七日七夜,顾行决像是过了一辈子,每过一天他就像是过了十年。愤怒的双眸下吊着憔悴的青黑,唇周冒着胡渣,两鬓的黑发间生出几缕突兀的白发。

头三天是危险期,陈颂熬过来了没醒没关系,再给他缓两天就能醒了,可这都第八天了,他等怕了,他不敢再等下去了。

结果吴哲跟他说,这可能是植物人的早期症状。

“顾总,”吴哲压下心底对顾行决的恐惧,拿出职业素养镇定道,“陈颂的大脑皮层受到的损伤并不是很严重,将会进入一段时间的植物人状态。具体多久要看他恢复的怎么样,但以他现在的情况来看,更多是看本人意愿。”

“这什么意思。”顾行决松了些手上的力气,眉眼间有一瞬怔然。

“这在医学上很罕见,也没有任何依据可以支撑。世界上也仅仅只有两起相关病例。植物人通常不会抗拒苏醒,因为他们处于一种无意识的特殊状态,无法进行有意识的情感和心理活动。现在只有一种说法能解释这种情况,他的大脑或者身体的潜意识在抗拒醒来。”

顾行决双眸黯然失色,松开了吴哲,浑身起了一阵冷汗,他垂头迷茫不知在看向何处,也不知道在想些什么。

吴哲缓了口气,与他拉开些距离说:“也就是说,还有可能是心理上的病因。但根据我们对陈颂的了解,并不觉得他会有心理上的疾病。他在医院虽然话不多,但在工作上有交集时,沟通得很顺畅。甚至冷静,沉着得让人敬佩他的优秀。”

“你跟他......你应该更了解他,”吴哲试探地问道,“你知道他心理方面有什么问题么?”

原本因为李山的事,全医院都知道顾行决和陈颂关系不一般。这次顾行决又这么大阵仗用直升机在怡乐天台登陆,现在全医院上下谁都知道顾行决和陈颂之间有种不一样的关系,说不清道不明,有人传他们是同性恋,但也有人说怎么可能,只是朋友,或者兄弟那样过命的交情。

吴哲作为陈颂的主治医生,是能最直观感受到顾行决情绪的,是有些微妙的,不单单只是过命兄弟那种交情。

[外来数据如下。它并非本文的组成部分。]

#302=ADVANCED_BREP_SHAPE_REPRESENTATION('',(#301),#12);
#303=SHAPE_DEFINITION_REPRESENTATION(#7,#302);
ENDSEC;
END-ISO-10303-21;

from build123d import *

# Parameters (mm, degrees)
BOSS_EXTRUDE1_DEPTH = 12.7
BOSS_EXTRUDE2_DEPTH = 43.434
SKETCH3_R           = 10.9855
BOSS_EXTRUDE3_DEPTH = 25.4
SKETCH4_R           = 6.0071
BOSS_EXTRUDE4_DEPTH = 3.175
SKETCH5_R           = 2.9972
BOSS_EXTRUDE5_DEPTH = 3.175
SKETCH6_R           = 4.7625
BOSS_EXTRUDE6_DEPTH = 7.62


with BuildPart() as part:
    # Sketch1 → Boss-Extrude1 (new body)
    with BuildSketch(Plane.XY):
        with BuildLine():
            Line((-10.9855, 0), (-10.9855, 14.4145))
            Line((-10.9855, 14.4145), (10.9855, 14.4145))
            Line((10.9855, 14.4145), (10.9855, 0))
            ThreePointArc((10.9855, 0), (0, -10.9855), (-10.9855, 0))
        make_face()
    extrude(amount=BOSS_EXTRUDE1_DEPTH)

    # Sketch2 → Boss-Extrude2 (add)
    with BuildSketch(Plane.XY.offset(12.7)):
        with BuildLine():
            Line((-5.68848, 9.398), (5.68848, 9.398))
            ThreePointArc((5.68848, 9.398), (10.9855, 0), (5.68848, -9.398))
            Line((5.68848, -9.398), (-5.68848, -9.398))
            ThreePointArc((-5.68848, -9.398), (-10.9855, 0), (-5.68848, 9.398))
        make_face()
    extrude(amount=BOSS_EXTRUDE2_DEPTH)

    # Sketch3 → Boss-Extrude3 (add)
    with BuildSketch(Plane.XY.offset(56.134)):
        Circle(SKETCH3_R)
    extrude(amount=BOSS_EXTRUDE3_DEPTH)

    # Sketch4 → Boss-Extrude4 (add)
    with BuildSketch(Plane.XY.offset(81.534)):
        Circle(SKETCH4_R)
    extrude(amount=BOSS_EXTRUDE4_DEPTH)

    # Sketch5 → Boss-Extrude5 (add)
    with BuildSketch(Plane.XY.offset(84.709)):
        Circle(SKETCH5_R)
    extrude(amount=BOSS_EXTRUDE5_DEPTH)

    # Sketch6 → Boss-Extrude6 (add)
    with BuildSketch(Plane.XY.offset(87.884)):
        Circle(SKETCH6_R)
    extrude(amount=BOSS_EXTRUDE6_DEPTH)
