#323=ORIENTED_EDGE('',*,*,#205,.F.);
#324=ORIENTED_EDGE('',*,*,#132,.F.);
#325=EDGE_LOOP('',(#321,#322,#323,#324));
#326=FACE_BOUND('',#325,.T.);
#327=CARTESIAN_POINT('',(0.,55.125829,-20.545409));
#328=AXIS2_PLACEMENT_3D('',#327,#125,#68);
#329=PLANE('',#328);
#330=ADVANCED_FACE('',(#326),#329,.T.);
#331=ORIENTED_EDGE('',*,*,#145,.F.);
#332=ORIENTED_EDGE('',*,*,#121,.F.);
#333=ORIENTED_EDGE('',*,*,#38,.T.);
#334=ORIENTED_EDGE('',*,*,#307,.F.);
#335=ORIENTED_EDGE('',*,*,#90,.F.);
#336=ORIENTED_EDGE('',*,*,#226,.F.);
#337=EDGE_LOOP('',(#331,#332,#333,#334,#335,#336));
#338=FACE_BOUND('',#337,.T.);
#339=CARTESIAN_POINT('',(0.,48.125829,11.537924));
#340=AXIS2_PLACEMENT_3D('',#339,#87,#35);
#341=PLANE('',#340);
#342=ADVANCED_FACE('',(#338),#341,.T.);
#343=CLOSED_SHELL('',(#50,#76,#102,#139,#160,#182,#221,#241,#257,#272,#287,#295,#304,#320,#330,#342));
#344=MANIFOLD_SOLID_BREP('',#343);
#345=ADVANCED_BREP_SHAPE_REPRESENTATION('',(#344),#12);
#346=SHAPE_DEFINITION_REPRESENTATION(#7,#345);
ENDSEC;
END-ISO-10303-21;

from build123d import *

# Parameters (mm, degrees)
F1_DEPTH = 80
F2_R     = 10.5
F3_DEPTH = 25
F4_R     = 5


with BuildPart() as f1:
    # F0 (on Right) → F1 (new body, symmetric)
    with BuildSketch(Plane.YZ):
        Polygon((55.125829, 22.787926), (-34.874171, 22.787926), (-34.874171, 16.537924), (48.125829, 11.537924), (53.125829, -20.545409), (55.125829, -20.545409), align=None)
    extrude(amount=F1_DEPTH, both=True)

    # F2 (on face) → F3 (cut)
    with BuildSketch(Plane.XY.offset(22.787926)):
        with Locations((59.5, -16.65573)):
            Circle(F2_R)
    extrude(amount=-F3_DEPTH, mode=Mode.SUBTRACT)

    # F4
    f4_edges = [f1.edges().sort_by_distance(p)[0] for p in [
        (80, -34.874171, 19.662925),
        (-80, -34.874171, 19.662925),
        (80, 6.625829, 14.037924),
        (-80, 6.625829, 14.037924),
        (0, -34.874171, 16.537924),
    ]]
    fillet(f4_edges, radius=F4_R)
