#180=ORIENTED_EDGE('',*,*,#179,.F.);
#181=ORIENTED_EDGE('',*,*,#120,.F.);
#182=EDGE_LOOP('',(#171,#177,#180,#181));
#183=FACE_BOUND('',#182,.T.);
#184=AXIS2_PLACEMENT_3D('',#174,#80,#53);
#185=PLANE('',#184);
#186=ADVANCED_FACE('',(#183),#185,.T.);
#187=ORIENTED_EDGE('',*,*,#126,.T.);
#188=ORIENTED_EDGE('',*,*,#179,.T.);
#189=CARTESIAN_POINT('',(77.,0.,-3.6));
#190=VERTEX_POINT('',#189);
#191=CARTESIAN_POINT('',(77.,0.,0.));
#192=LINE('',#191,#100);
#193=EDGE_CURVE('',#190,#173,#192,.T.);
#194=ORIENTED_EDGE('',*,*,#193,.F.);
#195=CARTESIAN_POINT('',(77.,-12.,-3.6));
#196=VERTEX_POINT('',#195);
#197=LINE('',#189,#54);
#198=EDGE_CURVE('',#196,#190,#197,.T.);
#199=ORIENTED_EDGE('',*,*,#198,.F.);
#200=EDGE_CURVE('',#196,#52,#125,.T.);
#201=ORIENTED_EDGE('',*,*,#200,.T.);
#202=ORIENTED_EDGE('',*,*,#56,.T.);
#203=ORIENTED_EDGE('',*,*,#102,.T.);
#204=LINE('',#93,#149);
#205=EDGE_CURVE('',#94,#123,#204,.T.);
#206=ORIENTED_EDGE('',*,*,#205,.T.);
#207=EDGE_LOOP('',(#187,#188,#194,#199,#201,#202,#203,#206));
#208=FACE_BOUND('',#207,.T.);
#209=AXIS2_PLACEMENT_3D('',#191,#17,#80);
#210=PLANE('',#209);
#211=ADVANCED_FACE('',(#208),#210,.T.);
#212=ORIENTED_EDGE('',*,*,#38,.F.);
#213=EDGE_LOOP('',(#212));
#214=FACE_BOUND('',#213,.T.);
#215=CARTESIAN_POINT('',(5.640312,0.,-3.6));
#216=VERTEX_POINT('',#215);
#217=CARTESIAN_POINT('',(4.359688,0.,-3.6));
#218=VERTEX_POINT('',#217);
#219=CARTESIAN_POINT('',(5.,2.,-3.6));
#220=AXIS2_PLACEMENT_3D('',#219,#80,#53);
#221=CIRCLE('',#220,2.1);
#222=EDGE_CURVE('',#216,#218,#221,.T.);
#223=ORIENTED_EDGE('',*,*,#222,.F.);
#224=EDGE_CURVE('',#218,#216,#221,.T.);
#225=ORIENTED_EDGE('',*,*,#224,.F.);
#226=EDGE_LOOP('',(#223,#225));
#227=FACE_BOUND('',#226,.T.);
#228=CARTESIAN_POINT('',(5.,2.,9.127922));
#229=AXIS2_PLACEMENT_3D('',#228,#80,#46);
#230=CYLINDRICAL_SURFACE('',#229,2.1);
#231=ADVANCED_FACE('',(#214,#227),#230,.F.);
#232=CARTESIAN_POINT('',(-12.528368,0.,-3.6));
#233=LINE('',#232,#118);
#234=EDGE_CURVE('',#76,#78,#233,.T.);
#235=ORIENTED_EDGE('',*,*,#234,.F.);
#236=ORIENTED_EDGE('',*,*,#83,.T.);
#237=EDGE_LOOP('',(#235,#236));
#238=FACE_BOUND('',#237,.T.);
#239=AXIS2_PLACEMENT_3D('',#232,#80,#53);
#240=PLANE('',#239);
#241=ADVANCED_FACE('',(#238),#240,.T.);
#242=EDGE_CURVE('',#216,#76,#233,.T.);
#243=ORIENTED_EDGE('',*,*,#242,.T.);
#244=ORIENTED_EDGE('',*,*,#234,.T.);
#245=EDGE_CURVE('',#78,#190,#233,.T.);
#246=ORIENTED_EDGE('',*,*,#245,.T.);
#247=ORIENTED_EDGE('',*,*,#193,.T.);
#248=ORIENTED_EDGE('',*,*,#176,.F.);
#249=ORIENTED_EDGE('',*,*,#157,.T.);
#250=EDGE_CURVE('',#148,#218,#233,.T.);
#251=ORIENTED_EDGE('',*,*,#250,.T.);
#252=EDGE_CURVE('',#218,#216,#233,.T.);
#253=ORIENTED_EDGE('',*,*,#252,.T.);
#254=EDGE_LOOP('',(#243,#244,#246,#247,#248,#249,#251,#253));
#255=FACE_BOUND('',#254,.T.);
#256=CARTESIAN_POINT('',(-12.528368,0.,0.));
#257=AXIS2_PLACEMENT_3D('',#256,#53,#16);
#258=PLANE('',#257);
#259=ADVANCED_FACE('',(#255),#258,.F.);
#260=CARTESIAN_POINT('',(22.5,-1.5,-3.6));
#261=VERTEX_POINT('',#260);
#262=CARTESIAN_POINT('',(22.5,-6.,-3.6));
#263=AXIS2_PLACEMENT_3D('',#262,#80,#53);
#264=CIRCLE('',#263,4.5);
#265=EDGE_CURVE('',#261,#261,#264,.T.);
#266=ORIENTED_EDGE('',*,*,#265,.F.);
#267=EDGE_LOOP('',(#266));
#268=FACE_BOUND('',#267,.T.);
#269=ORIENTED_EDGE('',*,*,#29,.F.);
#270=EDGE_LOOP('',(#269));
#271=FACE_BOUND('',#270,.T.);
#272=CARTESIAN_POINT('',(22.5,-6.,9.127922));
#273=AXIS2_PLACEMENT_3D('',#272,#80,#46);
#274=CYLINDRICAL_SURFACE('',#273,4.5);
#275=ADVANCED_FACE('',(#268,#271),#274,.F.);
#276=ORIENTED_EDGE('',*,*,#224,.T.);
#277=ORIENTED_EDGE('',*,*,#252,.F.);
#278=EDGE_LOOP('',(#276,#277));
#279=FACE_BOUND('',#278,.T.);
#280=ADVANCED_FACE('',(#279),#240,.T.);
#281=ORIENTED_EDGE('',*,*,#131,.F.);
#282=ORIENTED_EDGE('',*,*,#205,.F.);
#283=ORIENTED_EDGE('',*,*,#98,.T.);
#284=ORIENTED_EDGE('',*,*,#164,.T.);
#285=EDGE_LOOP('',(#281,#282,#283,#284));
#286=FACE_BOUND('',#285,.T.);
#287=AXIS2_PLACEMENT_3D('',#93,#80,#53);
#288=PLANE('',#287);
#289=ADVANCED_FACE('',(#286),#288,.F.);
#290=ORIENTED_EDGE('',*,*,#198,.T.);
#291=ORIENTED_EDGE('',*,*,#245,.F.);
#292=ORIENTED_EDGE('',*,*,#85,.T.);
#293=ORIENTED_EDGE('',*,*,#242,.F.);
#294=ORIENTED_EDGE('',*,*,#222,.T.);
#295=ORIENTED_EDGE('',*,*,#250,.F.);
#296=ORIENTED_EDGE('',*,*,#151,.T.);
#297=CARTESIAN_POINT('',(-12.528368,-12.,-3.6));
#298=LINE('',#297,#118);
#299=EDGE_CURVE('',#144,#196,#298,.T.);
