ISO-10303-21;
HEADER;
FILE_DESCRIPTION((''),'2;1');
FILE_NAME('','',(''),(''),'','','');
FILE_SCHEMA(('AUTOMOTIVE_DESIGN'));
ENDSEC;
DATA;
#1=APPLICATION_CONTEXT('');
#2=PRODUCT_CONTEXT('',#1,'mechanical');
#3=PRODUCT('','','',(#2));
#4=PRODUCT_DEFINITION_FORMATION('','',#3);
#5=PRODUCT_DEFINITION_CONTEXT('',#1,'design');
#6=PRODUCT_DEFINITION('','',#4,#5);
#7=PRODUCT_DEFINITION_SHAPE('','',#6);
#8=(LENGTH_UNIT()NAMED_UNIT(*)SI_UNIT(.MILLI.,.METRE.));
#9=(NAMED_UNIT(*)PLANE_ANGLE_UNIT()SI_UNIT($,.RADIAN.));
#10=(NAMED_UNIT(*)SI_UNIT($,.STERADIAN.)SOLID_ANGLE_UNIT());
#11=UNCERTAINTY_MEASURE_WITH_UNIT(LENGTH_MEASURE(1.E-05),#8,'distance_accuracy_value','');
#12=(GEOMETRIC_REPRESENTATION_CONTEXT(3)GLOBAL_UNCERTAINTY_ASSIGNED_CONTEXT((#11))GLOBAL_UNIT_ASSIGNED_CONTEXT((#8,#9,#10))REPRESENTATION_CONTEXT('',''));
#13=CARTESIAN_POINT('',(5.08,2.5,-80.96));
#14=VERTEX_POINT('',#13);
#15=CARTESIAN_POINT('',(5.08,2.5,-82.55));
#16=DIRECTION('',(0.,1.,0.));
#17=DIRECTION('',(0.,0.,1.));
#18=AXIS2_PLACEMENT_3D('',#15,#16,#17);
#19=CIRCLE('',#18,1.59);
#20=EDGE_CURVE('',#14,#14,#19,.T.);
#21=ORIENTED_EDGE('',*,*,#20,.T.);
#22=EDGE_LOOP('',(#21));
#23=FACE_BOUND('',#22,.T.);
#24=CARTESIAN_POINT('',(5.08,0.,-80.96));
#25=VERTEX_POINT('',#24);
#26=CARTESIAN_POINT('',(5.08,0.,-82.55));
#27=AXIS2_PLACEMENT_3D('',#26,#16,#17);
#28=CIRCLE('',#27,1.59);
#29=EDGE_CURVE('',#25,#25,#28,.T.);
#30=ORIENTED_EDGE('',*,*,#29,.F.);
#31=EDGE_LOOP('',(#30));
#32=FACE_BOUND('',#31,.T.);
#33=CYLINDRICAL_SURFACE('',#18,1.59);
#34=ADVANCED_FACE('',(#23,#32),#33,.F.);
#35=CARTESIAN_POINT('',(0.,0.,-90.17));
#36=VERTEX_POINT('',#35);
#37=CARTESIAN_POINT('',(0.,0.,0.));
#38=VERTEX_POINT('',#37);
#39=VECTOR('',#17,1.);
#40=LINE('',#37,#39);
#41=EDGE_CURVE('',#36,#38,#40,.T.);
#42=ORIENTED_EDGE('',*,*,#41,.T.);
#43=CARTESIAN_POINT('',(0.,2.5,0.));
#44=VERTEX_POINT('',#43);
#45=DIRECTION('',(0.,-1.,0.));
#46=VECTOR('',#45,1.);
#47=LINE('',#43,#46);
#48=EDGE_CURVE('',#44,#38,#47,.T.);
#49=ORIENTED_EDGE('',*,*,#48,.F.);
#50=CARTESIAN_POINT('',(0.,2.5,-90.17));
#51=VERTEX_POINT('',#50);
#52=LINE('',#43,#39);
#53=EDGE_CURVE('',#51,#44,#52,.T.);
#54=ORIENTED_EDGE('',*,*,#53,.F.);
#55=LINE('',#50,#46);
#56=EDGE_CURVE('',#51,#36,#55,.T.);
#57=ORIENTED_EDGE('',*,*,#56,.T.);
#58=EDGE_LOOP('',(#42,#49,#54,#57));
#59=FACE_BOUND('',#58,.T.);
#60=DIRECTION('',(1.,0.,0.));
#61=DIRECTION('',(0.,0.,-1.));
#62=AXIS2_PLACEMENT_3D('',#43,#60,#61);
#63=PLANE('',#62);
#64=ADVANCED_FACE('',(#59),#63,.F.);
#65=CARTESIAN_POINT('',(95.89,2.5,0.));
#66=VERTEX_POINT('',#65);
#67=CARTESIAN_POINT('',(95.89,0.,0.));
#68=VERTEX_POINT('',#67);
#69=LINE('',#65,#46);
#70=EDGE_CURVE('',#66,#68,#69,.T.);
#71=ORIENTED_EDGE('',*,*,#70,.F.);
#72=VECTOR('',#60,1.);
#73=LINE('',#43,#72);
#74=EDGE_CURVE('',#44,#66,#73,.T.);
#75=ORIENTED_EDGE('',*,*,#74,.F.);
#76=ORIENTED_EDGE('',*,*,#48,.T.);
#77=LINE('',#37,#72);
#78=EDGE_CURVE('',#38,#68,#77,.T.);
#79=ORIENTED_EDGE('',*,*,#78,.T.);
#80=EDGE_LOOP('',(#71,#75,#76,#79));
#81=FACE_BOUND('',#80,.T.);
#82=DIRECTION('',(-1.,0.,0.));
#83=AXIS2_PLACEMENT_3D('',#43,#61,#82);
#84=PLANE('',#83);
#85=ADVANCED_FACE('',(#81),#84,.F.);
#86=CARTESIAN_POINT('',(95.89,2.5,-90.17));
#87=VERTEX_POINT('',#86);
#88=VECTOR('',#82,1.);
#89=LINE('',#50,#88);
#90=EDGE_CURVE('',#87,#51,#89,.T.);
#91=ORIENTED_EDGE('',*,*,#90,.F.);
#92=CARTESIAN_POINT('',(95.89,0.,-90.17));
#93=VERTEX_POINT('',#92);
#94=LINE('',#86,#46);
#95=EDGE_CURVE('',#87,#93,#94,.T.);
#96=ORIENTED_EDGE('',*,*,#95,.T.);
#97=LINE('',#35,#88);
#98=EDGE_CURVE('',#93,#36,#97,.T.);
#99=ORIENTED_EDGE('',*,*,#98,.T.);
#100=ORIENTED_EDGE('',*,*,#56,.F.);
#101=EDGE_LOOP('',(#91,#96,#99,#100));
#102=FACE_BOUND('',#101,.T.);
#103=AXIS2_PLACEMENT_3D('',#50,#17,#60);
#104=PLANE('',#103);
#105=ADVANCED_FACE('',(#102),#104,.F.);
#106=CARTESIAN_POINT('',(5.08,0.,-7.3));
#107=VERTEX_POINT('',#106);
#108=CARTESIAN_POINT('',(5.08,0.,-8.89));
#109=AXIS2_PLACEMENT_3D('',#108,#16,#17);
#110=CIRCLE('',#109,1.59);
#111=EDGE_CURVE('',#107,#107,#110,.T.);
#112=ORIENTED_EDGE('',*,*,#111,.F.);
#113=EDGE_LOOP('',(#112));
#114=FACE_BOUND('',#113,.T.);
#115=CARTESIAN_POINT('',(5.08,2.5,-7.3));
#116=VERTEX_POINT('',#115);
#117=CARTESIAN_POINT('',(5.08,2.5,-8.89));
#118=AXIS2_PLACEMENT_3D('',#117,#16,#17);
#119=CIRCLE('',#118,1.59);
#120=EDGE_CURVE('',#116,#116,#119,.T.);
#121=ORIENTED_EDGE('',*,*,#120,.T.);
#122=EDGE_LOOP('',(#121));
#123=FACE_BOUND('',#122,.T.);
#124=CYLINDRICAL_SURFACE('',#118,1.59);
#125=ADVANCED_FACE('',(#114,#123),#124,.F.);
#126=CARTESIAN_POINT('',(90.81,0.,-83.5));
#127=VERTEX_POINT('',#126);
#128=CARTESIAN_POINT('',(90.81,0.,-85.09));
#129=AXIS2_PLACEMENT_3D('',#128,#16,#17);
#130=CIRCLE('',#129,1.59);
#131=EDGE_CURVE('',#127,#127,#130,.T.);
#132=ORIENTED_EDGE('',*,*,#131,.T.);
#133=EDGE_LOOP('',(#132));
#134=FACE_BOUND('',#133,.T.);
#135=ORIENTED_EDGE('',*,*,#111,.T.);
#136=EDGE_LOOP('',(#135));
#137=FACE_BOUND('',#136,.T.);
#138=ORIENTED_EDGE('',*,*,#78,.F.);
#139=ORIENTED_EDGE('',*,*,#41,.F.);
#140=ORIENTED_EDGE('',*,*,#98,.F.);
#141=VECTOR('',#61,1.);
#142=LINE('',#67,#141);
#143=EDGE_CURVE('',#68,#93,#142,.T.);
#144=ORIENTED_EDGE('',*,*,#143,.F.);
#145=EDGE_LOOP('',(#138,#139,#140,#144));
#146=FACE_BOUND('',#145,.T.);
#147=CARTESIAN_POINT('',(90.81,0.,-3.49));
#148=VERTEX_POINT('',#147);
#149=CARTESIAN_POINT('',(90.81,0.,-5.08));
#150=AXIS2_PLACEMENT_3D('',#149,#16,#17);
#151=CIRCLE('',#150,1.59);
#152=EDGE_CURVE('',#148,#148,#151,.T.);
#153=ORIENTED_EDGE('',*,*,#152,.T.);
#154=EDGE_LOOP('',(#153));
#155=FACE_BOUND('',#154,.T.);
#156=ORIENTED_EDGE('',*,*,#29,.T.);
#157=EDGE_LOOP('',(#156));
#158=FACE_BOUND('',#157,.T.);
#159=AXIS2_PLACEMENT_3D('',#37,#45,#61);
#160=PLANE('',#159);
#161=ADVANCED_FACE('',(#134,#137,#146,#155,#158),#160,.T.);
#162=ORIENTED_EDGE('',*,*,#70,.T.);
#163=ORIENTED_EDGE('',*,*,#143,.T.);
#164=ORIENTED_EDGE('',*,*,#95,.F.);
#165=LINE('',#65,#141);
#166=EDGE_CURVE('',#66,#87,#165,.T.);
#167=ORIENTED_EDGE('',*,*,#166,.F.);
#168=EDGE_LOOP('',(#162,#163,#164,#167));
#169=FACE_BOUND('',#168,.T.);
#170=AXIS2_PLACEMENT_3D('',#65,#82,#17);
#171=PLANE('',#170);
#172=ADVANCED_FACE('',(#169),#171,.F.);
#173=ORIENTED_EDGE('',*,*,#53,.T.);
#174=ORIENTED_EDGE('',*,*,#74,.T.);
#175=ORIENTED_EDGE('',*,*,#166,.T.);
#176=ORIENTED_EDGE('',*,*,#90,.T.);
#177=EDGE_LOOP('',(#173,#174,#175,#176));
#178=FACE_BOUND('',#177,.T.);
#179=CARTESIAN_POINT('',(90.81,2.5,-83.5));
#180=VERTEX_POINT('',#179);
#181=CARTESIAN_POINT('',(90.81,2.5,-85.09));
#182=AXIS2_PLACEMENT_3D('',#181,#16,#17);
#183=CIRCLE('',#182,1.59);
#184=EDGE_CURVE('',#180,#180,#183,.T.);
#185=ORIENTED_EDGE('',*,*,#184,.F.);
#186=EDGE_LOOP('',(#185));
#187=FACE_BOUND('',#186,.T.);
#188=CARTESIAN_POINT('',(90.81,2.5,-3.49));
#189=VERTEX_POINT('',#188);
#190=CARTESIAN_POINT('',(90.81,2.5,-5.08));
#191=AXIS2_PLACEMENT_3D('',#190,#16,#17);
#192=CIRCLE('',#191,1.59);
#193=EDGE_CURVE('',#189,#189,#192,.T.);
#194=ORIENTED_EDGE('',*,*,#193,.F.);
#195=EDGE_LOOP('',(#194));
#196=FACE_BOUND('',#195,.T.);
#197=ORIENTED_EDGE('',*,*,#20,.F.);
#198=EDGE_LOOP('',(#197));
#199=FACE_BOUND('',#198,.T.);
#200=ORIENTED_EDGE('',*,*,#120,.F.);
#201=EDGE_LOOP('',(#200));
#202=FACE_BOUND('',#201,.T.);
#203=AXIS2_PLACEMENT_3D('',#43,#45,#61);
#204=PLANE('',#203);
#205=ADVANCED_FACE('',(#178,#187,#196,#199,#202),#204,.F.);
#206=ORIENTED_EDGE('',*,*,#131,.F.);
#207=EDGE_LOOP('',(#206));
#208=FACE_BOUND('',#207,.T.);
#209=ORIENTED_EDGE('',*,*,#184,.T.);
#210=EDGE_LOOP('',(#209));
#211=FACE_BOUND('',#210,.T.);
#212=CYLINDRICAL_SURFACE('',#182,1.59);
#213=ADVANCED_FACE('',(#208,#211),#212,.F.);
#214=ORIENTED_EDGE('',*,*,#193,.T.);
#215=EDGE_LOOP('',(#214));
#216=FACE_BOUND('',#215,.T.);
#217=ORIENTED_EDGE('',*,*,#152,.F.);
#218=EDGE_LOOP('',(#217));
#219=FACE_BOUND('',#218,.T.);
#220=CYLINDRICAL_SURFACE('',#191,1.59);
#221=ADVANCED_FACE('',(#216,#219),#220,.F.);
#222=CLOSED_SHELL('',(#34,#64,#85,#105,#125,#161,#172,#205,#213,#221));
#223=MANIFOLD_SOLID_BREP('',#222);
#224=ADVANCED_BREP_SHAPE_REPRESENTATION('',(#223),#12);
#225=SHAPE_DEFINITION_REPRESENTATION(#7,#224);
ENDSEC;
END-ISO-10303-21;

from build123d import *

# Parameters (mm, degrees)
SKETCH1_W             = 95.89
SKETCH1_H             = 90.17
BOSS_EXTRUDE1_DEPTH   = 2.5
F_1_0MM_DOWEL_HOLE1_D = 3.18


with BuildPart() as part:
    # Sketch1 → Boss-Extrude1 (new body)
    with BuildSketch(Plane(origin=(0, 0, 0), x_dir=(1, 0, 0), z_dir=(0, 1, 0))):
        with Locations((47.945, 45.085)):
            Rectangle(SKETCH1_W, SKETCH1_H)
    extrude(amount=BOSS_EXTRUDE1_DEPTH)

    # Ø1.0mm Dowel Hole1 (through all)
    with Locations(Plane(origin=(5.08, 2.5, -82.55), x_dir=(0, 0, 1), z_dir=(0, 1, 0))):
        with Locations((0, 0), (73.66, 0), (-2.54, 85.73), (77.47, 85.73)):
            Hole(F_1_0MM_DOWEL_HOLE1_D / 2)


solid = part.part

但吴哲不敢多问,更不敢冒犯到顾行决,只能小心翼翼地问。

顾行决没说话,一副怅然若失的模样中带了点恍然。

吴哲拿捏不住他的情绪,又安抚道说:“原本就是因为很罕见,我们不确定,所以一直在观察中。现在也无法肯定,因为他的大脑皮层还没完全恢复,他明天醒来也是有可能的。”

“可能,可能,可能?”顾行决擡头看向吴哲,眼睛黑成一滩死水,“我是不是说过他必须醒过来?百分之一,零点一,零点零一概率的可能我都不要!我要转院!我现在就要转院,现在他脱离危险期了,我总可以转了吧。”

“是可以了。”吴哲说,“但我不建议...t...”

“你的建议已经没有任何用了,你治不了,我换人治。”顾行决转身往陈颂病房走,拿出手机打电话。

吴哲跟在他旁边说:“你现在就要转么?转到京市若阳么,要准备一两天的。”

“那就现在准备,不去京市,去y国。”顾行决拨通电话,“叫人来准备,我要带他去云澈那。最快的速度走。”

......

十一月末的温市正处深秋,夜里,温市机场的风又凉又大。

二十来个医护人员将陈颂平稳转移到顾氏私人飞机内。顾行决站在飞机入口对送行的众人颔首,转身进了飞机。

y国已入冬,阴霾的天下着小雨,潮湿又冰冷。

云澈安排的人早在机场等候,把陈颂快速转移到y国建立的若阳中心医疗机构中,安顿好一切后立刻对陈颂进行检查。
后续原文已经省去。